# Mounting Ducks



## Quacker Wacker (Oct 12, 2006)

This year i am looking forward to mounting a really good looking drake mallard or wood duck. What are some of your favorite mounts that are best for the money. Plz. post pics of good mount types if u can. How much do some types of the common mounts cost? Where are some of your favorite places in MN,SD,orND to get your taxidermy done?
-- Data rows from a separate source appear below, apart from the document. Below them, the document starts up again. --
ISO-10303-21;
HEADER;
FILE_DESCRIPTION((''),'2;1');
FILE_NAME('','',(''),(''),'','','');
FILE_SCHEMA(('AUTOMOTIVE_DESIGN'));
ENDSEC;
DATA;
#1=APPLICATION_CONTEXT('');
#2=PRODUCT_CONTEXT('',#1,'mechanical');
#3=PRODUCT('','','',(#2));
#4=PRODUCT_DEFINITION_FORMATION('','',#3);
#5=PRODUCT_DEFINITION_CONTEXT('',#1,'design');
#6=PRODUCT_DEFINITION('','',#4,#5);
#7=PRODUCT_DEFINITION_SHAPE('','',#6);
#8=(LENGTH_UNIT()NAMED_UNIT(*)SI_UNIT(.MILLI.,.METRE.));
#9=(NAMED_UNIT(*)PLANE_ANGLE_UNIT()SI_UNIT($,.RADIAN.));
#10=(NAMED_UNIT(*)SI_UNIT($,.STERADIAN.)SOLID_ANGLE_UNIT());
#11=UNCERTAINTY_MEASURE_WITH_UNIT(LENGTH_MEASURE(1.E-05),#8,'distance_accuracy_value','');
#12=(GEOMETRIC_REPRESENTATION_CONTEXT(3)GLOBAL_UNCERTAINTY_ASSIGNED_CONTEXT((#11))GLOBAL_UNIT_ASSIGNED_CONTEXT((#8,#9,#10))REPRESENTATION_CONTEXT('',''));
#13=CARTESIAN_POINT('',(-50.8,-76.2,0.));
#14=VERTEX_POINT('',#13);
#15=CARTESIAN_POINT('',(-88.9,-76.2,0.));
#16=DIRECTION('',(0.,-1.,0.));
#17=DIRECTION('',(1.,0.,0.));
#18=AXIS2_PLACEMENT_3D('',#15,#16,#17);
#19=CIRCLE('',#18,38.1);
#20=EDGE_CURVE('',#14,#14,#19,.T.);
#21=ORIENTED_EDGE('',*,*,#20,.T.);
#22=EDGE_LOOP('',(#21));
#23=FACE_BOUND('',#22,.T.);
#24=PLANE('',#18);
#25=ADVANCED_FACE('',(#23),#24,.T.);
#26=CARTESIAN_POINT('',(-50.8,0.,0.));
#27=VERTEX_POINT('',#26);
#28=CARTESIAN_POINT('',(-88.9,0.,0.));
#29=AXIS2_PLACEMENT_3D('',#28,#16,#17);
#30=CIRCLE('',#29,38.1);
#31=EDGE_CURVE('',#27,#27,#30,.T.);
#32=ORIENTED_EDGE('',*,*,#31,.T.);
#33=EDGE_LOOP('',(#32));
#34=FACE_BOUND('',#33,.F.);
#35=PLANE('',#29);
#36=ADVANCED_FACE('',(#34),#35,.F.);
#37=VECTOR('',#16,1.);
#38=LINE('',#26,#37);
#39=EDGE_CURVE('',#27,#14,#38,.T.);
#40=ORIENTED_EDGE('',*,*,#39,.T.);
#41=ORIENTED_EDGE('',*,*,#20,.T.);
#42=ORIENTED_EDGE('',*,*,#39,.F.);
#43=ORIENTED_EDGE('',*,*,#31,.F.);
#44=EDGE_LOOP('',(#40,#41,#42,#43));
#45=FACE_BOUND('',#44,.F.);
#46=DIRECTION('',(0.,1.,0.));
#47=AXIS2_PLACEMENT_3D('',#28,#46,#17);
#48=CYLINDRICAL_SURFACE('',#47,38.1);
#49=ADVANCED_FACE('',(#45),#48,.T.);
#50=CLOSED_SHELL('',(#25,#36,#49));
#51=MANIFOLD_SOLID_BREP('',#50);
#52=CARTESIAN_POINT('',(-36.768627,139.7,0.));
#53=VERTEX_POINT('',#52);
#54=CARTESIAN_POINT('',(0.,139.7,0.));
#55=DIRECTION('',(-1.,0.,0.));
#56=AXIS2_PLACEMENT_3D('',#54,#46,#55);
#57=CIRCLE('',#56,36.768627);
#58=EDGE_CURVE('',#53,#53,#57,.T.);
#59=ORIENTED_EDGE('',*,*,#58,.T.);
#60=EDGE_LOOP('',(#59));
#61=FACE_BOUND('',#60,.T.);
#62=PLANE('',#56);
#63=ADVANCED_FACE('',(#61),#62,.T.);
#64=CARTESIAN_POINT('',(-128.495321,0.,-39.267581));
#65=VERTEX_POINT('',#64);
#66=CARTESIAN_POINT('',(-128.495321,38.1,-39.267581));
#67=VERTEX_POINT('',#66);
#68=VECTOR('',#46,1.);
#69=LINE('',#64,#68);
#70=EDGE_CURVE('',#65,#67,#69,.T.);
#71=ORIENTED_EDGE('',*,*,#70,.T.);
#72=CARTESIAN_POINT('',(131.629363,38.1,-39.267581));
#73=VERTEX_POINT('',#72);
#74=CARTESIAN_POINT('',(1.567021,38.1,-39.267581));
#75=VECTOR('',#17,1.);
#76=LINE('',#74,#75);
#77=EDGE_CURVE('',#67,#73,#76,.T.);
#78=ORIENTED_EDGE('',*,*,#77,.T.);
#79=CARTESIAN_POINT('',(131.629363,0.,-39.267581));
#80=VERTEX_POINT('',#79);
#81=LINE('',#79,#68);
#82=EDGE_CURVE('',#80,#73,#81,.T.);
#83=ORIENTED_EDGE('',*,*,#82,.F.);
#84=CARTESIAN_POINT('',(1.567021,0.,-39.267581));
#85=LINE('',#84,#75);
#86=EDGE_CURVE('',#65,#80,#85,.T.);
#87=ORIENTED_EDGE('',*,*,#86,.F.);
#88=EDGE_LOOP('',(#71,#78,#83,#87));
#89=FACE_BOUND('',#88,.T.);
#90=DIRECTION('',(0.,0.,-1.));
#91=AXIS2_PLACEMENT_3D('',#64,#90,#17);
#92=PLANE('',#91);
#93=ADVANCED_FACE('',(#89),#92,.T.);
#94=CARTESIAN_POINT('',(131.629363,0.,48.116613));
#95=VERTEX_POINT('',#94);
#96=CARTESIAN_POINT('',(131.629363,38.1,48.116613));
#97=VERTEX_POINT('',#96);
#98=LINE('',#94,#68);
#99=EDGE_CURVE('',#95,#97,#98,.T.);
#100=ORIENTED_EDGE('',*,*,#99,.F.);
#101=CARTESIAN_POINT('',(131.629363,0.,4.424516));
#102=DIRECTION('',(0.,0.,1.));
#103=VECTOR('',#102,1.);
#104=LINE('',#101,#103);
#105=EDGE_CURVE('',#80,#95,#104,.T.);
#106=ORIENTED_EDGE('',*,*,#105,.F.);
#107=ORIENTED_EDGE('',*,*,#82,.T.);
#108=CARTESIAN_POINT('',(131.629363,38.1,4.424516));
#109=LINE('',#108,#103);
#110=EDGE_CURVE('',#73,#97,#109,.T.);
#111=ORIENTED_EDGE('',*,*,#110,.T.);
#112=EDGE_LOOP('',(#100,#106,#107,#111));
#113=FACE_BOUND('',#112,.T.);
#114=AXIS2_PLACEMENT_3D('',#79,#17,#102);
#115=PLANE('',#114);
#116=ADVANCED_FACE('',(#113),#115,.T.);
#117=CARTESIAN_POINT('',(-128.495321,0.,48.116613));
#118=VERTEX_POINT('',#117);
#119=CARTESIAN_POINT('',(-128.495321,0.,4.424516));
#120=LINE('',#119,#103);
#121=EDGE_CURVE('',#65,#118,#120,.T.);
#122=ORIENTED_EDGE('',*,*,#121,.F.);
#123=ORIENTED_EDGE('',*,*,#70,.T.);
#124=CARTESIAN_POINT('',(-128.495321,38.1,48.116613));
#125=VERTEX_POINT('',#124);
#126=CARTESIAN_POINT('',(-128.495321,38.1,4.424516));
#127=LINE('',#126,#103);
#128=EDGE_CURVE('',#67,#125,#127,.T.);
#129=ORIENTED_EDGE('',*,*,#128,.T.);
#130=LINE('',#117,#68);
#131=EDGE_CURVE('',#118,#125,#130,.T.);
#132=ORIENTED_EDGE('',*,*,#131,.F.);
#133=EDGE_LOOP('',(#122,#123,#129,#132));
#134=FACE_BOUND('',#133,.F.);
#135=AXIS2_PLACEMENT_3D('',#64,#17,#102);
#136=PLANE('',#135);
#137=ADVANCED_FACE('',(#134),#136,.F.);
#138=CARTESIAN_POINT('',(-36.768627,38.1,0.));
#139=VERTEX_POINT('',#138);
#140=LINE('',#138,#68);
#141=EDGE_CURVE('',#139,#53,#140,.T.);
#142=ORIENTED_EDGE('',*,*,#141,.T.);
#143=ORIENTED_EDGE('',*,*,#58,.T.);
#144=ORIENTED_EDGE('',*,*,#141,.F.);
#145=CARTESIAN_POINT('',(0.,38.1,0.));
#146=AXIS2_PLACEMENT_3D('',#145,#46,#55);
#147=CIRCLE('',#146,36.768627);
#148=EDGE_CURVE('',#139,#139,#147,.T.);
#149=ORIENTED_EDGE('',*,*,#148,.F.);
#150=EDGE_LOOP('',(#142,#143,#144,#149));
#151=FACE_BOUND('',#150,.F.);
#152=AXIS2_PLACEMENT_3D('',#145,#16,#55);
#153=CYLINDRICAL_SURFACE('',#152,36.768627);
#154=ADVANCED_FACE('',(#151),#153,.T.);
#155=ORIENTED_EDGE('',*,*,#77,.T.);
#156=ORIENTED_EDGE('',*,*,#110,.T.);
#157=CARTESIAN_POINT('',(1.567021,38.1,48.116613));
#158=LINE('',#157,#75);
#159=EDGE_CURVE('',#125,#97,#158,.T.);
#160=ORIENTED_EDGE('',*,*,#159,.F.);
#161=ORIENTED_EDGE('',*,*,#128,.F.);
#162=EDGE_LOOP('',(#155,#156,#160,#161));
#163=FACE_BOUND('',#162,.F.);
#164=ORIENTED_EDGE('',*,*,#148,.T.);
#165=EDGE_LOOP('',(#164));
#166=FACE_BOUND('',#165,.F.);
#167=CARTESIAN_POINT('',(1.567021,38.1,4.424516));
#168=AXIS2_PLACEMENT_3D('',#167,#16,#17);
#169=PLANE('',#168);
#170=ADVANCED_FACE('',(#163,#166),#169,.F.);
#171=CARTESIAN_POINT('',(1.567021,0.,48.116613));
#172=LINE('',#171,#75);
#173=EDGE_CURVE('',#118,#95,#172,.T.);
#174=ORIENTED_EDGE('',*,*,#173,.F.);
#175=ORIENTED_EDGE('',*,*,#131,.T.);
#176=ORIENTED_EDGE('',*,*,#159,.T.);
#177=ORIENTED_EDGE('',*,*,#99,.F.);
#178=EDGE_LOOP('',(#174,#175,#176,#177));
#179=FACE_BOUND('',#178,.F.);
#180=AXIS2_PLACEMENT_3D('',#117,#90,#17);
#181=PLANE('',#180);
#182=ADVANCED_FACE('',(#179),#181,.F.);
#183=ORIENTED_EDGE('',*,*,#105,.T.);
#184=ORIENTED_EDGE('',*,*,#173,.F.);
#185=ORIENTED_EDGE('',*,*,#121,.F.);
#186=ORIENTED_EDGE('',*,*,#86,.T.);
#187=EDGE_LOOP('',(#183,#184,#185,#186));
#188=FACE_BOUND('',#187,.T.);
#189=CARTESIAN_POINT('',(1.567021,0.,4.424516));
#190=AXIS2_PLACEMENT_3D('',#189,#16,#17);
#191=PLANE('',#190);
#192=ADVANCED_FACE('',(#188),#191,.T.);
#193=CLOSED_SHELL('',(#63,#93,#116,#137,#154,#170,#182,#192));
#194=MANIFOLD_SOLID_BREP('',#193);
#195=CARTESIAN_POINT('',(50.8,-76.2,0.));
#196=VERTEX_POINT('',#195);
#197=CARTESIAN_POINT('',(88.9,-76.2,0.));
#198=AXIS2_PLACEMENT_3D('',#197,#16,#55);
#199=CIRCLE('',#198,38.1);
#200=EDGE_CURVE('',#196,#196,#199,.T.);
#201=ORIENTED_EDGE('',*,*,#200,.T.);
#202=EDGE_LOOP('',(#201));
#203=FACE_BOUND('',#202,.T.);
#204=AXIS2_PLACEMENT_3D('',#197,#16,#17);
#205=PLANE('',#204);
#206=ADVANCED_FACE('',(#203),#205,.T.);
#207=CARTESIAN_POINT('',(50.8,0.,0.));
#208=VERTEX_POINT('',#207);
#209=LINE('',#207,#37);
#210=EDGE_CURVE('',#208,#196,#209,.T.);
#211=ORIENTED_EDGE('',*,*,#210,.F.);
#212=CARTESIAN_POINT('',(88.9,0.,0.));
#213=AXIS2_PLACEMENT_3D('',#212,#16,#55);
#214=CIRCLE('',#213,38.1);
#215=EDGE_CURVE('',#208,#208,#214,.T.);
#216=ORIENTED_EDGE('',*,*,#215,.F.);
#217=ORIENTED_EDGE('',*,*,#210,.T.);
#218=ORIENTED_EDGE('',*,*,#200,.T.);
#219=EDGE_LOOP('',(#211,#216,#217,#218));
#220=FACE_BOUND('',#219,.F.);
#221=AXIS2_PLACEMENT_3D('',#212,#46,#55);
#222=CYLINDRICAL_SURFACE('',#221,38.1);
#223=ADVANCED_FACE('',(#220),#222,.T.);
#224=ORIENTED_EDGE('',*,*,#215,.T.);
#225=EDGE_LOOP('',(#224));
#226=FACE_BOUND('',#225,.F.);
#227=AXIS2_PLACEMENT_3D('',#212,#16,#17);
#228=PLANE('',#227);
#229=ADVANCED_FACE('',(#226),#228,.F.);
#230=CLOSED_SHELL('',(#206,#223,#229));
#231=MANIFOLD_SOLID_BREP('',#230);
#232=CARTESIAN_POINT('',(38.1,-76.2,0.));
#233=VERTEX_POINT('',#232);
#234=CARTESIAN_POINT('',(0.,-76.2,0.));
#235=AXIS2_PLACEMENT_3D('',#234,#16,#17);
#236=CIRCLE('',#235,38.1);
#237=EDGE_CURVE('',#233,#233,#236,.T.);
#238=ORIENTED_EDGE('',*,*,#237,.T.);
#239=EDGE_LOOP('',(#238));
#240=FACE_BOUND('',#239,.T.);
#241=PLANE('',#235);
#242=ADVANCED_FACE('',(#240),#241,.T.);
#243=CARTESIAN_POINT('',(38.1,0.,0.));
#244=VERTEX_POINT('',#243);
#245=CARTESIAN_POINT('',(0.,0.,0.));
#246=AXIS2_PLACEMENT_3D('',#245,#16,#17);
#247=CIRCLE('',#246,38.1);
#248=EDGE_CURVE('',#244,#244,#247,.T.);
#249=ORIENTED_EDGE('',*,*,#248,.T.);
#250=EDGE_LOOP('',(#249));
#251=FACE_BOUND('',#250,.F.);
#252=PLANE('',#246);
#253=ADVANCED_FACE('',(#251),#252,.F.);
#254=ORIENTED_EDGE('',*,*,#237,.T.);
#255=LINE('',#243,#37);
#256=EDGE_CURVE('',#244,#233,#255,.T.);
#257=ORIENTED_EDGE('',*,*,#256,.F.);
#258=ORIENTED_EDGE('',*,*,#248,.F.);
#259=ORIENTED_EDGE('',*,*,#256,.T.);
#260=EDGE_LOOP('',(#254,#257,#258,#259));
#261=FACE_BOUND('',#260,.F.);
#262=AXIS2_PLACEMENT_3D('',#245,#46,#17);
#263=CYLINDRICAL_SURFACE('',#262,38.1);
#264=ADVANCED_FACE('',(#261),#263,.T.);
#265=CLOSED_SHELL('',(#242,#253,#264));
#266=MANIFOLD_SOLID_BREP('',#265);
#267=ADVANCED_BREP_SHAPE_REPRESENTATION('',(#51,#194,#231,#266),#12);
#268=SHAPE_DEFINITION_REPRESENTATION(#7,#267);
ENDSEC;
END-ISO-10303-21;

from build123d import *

# Parameters (mm, degrees)
F0_R     = 38.1
F1_DEPTH = 76.2
F2_W     = 260.124684
F2_H     = 87.384194
F3_DEPTH = 38.1
F4_R     = 36.768627
F5_DEPTH = 101.6


with BuildPart() as f1:
    # F0 (on Front) → F1 (new body)
    with BuildSketch(Plane.XZ):
        with BuildLine():
            ThreePointArc((-38.1, 0), (0, -38.1), (38.1, 0))
            ThreePointArc((38.1, 0), (0, 38.1), (-38.1, 0))
        make_face()
        with Locations((-88.9, 0)):
            Circle(F0_R)
        with BuildLine():
            ThreePointArc((127, 0), (88.9, 38.1), (50.8, 0))
            ThreePointArc((50.8, 0), (88.9, -38.1), (127, 0))
        make_face()
    extrude(amount=F1_DEPTH)


with BuildPart() as f3:
    # F2 (on Front) → F3 (new body)
    with BuildSketch(Plane.XZ):
        with Locations((1.567021, 4.424516)):
            Rectangle(F2_W, F2_H)
    extrude(amount=-F3_DEPTH)

    # F4 (on face) → F5 (join)
    with BuildSketch(Plane(origin=(0, 38.1, 0), x_dir=(-1, 0, 0), z_dir=(0, 1, 0))):
        Circle(F4_R)
    extrude(amount=F5_DEPTH)


solid = Compound([f1.part, f3.part])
Thanks for the help!


----------



## duck-o-holic (Sep 28, 2007)

I've never had a bird mounted... what is the best way to preserve them for the taxidermist?


----------



## Rick Acker (Sep 26, 2002)

duck-o-holic said:


> I've never had a bird mounted... what is the best way to preserve them for the taxidermist?


Here are some general rules for field care when you decide to mount a bird...Do's and don'ts!

http://www.roughridergamebirds.com/fieldcare.html


----------



## pointblankshot (Nov 2, 2005)

Thanks for the info Rick! I just shot my first drake wood duck and I actually vacuumed sealed it. Hope that's okay?? How long can I keep it in the freezer before taking it in??

I'm spending as much time as I can out hunting. Hoping to keep it frozen for a bit.


----------



## stickemdeep (Aug 21, 2007)

i like the dead fowl mounts.


----------



## vscogin (Oct 31, 2007)

i like to mount my ducks on a pan of dressing with candied yams on the side


----------



## taxidermer (Nov 4, 2007)

To those of you that are going to be freezing a bird for a later date to be mounted, a helpful tip for your taxidermist is once you get ready to freeze the bird wrap its feet with a wet paper towel. This keeps its feet from drying so they can inject them easier and make them more realistic. The zip lock freezer bag works the best and try not to let the feathers get smashed the wrong way. I would say that if you want the best absolute mount you can get, get it done as quick as you can. I have mounted birds two years old that still turn out good, but the fresher they are the better you can do the mount....


----------